Харальд прикрыл глаза. Легенда. Обрывки истории, которую они с сестрой вычитали в одной старой книге. Может, написанное даже было правдой, той частью истории, которую никто никогда не узнает.
– Когда-то люди верили в существ, обладающих огромной силой, способной менять мир и судьбы. Они называли их богами. В то время у людей иногда рождались дети, наделённые особым даром, говорили, что они могут видеть правду мира. На самом деле, они могли видеть то, чего не видел никто другой, и чувствовать ложь. Их называли Детьми Богов или Видящими.
– Таких детей ведь искали? Кем они становились? – история захватила мальчика. Харальд редко ему что-то рассказывал, они вообще редко разговаривали.
– Каждый из них выбирал свой путь сам. Они не были мудрее или сильнее, они тоже ошибались. Но они рождались с открытыми глазами, – Харальд усмехнулся, – так было написано в книге. Я и сам не очень понимаю, что это означает.
– Они и сейчас есть?
– Дети Богов? Нет. Потому что боги умерли. Изменилась правда мира. И пришли другие.
– Но разве правда мира может измениться?
– Правда мира рождается из правды людей, а она как раз может измениться. Тем, кто пришёл после богов, не надо было даже уничтожать Видящих. Они уничтожили себя сами.
– Уничтожили? Боги умерли, и их дар стали считать опасным, да?
– Да. Мир изменился, и им больше не было в нём места, – Харальд положил ладони на руки юноши, – ничего с этим не поделаешь, пока правда немногих не изменит правду всех, мир останется прежним. Сколько бы ни старались всякие повстанцы и фанатики, пока их идеи не найдут отклик в сердцах людей, все их попытки будут обречены на провал. Бессмысленно отрицать мир, в котором живёшь. Можно лишь принять его, вписаться в его рамки и оставить немного для себя.
– Оставить для себя? – Дэнель развернул руки ладонями вверх.
– Немного огня, немного правды, которая ничего не может изменить, немного веры. Ладно. Давай спать, завтра будет тяжёлый день. По крайней мере, у меня.
3
Солнце ещё не встало. Утренний туман скрадывал очертания флайеров. Навязчивый мелкий дождь размывал дальний конец посадочной площадки, чахлые деревья и машины. Сырость забиралась за воротник кожаного плаща. Харальд поёжился и поднял голову. Он старался рассмотреть среди низких туч серебристый проблеск фюзеляжа. Флайер, на котором должны были прилететь остальные братья и сёстры, задерживался уже на десять минут – необычно для Империи. Вспомнилась задержка поезда Гринхильды. Чем только занимается Третье Управление Имперской службы безопасности? Если, конечно, это опять террористы. В мирную тишину раннего утра вторгся посторонний звук. Низкий вибрирующий гул нарастал где-то вверху, отражался от земли, резонировал в костях, давил на уши. Вслед за ним из низких облаков показался серебристый нос флайера. Он нырнул вниз, заходя на посадку, бесшумную, почти вертикальную. Отливающие металлом ножки царапнули гладкое покрытие посадочного поля, гудение смолкло, с лёгким скрежетом выдвинулся трап. Харальд направился к флайеру. Рядом шагали Рихтер и Гринхильда. Отец не пожелал ехать, а Адель плохо себя чувствовала, поэтому они были втроём, не считая Карла, стоявшего у длинного чёрного автомобиля.
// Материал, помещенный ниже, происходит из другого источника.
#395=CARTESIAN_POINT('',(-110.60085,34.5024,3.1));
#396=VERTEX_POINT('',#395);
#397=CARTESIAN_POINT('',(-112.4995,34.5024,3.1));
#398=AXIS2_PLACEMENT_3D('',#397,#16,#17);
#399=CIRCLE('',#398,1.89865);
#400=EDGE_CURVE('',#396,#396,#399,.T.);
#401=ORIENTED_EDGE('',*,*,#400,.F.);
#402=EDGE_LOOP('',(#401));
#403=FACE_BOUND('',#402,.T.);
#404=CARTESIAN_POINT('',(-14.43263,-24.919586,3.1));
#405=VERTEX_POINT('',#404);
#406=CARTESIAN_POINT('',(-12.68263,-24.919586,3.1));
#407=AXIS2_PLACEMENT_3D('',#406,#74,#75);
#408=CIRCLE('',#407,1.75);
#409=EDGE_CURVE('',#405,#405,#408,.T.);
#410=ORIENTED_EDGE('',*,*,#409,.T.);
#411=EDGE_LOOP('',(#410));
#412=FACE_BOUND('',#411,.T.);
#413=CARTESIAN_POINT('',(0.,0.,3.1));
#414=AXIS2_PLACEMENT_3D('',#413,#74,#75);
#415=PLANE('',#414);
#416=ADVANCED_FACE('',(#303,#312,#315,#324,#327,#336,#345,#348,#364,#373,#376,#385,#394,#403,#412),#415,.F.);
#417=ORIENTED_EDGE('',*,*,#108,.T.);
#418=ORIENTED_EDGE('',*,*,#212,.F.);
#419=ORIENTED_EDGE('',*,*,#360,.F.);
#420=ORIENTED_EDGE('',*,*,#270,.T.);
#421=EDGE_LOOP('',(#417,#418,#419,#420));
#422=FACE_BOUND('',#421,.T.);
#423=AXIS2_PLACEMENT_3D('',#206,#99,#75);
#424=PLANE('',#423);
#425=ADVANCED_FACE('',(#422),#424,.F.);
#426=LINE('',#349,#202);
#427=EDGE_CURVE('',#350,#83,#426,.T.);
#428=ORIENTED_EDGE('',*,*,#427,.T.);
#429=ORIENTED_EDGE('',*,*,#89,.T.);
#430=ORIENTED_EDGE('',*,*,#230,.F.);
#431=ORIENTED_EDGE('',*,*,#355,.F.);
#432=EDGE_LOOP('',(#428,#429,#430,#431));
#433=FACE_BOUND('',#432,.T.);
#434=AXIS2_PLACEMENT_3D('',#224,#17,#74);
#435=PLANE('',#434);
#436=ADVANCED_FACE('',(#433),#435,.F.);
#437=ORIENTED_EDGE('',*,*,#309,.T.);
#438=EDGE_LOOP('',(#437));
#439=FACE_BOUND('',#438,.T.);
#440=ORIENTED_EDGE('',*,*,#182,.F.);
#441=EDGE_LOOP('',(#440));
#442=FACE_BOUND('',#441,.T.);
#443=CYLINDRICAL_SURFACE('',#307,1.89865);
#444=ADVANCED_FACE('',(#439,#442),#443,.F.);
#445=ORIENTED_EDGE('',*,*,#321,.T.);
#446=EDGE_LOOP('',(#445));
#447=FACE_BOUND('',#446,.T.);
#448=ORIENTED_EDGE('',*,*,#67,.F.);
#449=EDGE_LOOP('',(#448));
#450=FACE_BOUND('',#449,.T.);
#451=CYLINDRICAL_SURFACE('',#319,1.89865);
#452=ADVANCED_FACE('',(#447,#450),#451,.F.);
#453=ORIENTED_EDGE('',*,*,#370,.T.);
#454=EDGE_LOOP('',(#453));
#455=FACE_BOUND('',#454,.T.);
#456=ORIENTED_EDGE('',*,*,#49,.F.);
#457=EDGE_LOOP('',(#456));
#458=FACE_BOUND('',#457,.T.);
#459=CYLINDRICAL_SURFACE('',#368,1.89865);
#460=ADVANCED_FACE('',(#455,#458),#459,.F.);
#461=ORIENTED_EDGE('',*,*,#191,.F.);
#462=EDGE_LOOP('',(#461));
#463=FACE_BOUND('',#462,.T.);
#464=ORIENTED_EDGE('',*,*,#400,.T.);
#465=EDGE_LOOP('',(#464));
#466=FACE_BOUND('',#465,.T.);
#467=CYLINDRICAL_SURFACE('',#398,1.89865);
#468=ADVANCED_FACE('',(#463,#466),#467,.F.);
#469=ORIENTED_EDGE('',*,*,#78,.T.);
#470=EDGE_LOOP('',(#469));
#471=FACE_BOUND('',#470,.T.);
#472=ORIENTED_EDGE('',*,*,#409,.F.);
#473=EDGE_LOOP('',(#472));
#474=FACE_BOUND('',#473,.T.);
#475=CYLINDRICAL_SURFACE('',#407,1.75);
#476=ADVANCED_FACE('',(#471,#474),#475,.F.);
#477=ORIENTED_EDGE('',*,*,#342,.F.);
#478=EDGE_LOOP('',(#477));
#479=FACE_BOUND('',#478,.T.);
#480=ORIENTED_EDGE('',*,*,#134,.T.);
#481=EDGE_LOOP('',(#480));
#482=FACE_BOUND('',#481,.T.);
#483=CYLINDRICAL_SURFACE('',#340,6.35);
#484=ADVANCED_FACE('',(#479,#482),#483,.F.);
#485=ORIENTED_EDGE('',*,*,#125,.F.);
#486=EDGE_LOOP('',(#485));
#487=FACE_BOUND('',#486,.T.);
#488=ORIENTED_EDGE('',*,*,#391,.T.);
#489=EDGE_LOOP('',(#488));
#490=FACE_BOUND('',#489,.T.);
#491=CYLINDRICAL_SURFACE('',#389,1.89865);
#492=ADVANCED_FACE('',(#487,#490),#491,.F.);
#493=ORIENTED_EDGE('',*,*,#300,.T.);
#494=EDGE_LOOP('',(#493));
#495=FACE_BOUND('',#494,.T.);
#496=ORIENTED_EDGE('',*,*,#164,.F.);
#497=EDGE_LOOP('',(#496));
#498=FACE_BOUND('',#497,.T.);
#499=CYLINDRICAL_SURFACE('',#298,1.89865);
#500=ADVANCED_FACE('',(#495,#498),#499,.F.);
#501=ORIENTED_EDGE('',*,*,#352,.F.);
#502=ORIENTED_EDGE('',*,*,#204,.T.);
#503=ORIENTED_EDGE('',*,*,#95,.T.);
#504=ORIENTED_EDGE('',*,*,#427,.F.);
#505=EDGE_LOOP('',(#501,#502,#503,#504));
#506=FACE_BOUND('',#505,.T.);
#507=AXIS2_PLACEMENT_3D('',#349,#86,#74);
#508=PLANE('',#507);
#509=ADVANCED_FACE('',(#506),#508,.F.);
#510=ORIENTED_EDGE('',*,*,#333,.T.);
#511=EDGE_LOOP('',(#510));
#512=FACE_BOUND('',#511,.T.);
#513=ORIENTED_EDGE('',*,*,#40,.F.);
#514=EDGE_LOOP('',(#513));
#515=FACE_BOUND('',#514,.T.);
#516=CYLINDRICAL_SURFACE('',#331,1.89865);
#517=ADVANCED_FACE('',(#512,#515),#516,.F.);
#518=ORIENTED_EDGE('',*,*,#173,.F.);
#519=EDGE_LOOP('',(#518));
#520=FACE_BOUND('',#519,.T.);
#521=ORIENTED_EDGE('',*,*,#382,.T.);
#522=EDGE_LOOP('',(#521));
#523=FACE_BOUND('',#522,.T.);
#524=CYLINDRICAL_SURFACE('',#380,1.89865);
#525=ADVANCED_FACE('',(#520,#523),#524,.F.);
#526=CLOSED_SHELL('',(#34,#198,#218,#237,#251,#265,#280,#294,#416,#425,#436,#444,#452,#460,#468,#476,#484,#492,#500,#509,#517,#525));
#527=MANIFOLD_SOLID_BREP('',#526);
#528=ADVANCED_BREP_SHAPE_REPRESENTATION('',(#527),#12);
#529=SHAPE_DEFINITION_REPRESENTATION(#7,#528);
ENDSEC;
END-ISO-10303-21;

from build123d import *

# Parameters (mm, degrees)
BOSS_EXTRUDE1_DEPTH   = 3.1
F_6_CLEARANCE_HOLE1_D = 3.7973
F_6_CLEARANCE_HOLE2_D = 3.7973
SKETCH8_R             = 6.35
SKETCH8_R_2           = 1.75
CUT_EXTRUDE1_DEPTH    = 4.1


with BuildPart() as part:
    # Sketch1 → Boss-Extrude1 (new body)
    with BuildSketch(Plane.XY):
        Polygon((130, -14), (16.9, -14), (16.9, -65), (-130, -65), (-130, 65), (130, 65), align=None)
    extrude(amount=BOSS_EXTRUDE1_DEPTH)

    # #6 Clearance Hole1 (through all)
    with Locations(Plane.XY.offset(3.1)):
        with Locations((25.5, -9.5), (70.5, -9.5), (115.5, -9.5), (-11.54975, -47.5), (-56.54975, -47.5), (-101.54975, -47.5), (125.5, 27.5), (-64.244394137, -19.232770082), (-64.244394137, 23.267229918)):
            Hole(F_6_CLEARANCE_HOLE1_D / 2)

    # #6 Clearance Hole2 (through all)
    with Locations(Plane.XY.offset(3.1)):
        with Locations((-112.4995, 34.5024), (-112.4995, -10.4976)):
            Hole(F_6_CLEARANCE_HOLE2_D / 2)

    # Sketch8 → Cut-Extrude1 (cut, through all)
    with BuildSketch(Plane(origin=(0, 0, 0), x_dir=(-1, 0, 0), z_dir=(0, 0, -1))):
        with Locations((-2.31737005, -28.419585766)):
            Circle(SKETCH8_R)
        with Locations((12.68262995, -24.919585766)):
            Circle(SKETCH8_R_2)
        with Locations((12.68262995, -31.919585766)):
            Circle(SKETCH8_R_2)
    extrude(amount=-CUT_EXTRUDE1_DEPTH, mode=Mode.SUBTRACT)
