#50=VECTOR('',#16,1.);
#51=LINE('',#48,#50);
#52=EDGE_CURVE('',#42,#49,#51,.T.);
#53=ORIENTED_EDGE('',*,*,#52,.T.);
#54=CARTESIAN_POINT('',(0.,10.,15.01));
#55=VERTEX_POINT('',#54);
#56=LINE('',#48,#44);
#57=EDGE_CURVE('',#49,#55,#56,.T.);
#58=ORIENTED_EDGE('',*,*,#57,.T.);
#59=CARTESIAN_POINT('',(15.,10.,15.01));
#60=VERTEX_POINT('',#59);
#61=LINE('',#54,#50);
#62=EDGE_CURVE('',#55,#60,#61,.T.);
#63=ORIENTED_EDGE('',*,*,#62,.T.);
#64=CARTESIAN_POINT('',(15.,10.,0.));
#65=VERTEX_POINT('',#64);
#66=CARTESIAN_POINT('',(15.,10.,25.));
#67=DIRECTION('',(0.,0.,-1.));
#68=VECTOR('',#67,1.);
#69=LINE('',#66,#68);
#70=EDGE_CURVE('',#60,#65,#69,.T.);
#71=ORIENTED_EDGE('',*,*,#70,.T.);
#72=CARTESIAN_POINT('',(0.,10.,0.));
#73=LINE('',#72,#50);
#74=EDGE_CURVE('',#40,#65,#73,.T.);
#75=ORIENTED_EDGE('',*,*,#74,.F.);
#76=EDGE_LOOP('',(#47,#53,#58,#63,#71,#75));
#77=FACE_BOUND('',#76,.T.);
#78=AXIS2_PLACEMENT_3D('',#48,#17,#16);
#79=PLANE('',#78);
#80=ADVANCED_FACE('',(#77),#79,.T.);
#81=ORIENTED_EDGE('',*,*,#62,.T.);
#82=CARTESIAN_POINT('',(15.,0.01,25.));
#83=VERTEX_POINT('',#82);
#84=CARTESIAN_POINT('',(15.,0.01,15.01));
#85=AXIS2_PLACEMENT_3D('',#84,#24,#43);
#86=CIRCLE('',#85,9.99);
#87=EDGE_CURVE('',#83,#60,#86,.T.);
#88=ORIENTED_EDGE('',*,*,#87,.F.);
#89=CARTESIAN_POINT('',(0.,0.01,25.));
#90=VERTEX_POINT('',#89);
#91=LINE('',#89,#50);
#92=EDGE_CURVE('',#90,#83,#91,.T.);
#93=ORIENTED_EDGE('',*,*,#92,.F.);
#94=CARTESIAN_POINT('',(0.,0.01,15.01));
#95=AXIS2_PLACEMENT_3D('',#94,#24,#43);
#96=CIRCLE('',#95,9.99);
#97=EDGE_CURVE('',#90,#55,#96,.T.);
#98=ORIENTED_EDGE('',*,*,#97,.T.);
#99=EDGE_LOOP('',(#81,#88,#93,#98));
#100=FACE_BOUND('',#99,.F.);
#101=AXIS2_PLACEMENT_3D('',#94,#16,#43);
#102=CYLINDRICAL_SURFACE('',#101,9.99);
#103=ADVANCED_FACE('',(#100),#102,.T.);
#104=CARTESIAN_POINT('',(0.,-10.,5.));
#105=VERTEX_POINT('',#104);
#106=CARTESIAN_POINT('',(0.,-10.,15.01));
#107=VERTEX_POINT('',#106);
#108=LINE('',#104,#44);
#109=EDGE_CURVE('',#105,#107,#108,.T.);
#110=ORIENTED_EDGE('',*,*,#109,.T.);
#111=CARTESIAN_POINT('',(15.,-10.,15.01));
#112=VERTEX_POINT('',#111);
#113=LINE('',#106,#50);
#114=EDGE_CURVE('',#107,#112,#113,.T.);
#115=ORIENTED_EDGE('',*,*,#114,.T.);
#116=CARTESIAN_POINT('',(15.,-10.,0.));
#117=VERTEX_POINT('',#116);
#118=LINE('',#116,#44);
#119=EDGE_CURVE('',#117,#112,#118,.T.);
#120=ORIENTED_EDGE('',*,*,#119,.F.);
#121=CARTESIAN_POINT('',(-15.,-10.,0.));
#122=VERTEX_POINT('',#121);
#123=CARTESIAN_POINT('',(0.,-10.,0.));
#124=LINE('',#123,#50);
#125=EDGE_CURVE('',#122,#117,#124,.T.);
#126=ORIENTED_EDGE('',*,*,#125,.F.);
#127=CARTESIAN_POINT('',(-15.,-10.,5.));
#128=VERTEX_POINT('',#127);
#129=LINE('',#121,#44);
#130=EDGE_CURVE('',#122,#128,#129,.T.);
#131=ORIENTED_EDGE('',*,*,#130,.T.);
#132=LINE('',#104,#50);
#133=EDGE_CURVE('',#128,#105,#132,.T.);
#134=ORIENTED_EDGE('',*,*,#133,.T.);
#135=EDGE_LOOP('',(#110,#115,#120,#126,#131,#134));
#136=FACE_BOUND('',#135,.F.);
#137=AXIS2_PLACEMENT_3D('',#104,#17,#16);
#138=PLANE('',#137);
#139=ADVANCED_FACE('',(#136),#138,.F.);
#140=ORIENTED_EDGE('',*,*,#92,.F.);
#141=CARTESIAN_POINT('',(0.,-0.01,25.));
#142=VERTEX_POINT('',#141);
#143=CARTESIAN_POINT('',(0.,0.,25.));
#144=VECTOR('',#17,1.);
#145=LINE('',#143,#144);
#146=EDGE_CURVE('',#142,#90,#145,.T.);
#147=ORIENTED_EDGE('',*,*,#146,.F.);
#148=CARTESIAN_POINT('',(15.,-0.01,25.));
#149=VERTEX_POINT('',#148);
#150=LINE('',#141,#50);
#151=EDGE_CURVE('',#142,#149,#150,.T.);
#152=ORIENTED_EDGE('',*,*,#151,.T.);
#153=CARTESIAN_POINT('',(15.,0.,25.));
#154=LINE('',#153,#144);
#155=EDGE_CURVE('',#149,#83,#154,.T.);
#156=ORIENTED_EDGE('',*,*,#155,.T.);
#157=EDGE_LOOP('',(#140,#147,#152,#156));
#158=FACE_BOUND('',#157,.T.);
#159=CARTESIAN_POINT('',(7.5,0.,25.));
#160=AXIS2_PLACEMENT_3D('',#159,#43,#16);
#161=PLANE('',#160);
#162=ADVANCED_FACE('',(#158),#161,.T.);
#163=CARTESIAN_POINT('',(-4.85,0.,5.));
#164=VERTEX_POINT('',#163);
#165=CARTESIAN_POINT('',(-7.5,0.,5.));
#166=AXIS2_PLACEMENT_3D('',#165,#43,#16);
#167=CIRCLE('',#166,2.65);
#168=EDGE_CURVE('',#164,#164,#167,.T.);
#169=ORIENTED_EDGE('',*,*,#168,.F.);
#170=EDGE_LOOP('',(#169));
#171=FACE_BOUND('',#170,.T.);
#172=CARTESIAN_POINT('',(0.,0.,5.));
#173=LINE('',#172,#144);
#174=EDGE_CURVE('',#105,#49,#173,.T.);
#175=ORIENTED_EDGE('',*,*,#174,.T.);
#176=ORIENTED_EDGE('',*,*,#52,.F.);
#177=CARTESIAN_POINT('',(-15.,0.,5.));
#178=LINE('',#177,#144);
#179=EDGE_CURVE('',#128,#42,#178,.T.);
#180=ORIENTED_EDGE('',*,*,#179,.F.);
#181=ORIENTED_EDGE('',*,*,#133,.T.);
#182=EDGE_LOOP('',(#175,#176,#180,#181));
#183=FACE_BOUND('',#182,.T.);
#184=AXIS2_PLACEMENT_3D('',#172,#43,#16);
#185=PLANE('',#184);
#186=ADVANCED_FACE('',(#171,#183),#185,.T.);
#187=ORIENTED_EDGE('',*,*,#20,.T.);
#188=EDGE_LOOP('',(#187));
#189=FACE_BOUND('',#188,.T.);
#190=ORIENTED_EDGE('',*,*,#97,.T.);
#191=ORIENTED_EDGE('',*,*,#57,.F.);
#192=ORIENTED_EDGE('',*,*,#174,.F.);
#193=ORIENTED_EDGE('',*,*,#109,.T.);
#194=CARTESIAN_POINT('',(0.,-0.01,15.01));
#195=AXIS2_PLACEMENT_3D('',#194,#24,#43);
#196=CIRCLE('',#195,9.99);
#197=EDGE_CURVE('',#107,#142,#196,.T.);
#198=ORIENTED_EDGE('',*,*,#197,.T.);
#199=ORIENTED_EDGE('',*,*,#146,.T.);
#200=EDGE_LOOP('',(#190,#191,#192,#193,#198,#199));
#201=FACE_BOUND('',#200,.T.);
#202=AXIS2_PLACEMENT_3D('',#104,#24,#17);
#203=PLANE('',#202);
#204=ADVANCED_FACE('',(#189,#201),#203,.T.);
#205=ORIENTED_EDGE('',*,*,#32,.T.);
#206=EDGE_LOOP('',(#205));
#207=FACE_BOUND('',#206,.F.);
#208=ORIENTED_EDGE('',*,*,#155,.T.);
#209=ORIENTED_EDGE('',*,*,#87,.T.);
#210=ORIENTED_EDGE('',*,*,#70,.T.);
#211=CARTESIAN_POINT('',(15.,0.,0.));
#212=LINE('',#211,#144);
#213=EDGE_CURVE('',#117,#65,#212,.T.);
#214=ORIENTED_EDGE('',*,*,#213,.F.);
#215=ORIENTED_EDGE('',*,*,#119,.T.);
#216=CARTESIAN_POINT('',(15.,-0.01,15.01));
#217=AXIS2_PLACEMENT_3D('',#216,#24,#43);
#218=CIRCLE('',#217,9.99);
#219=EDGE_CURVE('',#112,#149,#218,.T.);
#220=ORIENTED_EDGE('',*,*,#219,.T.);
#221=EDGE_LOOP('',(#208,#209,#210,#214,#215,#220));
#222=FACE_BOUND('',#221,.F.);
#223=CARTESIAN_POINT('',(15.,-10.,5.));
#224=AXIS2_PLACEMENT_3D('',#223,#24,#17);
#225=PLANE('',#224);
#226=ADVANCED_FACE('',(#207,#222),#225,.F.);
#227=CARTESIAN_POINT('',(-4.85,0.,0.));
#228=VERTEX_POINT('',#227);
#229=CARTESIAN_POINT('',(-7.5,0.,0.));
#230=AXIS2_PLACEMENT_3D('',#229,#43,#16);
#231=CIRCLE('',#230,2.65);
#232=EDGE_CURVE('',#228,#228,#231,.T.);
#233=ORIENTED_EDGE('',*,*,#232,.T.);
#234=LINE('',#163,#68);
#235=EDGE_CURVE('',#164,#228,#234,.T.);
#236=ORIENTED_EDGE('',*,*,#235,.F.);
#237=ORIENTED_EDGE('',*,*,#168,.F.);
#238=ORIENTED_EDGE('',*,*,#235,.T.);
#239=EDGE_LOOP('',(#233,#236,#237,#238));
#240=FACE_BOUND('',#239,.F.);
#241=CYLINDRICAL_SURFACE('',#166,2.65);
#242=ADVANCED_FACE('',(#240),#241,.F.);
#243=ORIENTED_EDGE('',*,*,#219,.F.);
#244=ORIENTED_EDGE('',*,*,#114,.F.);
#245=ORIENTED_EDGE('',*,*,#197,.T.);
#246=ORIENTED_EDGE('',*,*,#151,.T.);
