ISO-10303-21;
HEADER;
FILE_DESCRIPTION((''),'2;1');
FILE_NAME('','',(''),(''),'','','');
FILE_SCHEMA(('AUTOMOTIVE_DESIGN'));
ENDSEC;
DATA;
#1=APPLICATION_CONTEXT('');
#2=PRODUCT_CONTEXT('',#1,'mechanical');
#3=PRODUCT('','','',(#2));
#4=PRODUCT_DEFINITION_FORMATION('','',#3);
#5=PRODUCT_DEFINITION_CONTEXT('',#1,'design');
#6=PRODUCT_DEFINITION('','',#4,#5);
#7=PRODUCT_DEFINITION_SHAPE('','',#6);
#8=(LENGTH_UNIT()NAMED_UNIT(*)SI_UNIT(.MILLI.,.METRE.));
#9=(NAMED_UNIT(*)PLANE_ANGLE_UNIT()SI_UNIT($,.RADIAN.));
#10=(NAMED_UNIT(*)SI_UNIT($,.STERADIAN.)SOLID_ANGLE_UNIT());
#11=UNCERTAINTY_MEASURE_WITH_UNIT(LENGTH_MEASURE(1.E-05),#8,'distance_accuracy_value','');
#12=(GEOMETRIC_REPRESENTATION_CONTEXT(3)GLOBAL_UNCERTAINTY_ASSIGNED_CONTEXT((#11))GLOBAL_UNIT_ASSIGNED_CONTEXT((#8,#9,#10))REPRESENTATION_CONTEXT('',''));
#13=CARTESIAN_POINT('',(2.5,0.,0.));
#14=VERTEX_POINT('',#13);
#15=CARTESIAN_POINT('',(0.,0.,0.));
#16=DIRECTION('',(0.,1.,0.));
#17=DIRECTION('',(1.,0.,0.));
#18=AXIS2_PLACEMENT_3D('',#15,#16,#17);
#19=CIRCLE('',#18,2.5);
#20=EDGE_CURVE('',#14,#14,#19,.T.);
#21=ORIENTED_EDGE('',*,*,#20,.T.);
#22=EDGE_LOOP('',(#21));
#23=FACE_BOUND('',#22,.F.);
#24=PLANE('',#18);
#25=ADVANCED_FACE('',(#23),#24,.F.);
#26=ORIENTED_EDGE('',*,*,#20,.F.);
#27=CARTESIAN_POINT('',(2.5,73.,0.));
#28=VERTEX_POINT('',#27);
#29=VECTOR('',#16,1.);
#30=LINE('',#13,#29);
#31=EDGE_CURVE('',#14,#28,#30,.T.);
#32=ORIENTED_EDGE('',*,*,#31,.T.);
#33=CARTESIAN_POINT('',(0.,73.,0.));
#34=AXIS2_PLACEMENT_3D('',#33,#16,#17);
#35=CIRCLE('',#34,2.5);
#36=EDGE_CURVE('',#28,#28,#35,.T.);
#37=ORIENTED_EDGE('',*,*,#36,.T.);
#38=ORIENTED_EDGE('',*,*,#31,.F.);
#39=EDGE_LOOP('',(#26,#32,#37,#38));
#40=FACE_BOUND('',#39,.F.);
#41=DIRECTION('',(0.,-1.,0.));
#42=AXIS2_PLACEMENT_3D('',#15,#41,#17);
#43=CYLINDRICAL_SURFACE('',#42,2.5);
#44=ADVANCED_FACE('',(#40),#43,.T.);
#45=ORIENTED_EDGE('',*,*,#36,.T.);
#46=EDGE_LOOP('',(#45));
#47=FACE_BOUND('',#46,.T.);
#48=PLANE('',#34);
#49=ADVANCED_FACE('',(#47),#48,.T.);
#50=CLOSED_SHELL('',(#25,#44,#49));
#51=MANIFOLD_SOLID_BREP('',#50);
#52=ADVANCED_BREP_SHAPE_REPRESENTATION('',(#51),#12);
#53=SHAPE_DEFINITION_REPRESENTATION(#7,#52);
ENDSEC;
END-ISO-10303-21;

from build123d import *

# Parameters (mm, degrees)
SKETCH1_R      = 2.5
EXTRUDE1_DEPTH = 73


with BuildPart() as part:
    # Sketch1 → Extrude1 (new body)
    with BuildSketch(Plane(origin=(0, 0, 0), x_dir=(1, 0, 0), z_dir=(0, 1, 0))):
        Circle(SKETCH1_R)
    extrude(amount=EXTRUDE1_DEPTH)


solid = part.part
Первым в проёме двери показался Генрих. Форма офицера Штаба Канцлера сидела на нём просто идеально. Как и дорогое платье на Карин, его спутнице, тщательно выбранной отцом. Оба так и лучатся самодовольством. Вслед за ними на трап ступила Гердрун, улыбающаяся, счастливая. Как же она ещё молода и наивна. Почему-то Харальду стал неприятен её жених, кем бы он ни был. Гера чуть не споткнулась, едва успев ухватиться за поручни. Из-за этой своей неуклюжести Гердрун всегда казалась милой и беззащитной. За невестой по трапу спускались Марго с Готфридом. Яркая красавица с потрясающей фигурой, жёсткая и сильная, резкая и независима, Маргарита всегда отличалась от сестёр – Геры и Адель. Ей никогда не нравился Харальд, хотя она его и терпела. Он не знал, в чём причина, просто привык к этому. Готфрид был руководителем Отдела координации Третьего Управления Имперской службы безопасности, надо будет узнать у него, почему так распоясались террористы. Последними вышли Герхарт и Гельмут. Старший из братьев в новенькой форме оберлейтенанта, северная модель, младший – ещё кадет, совсем мальчишка. Оба улыбались и пытались разглядеть в тумане встречающих.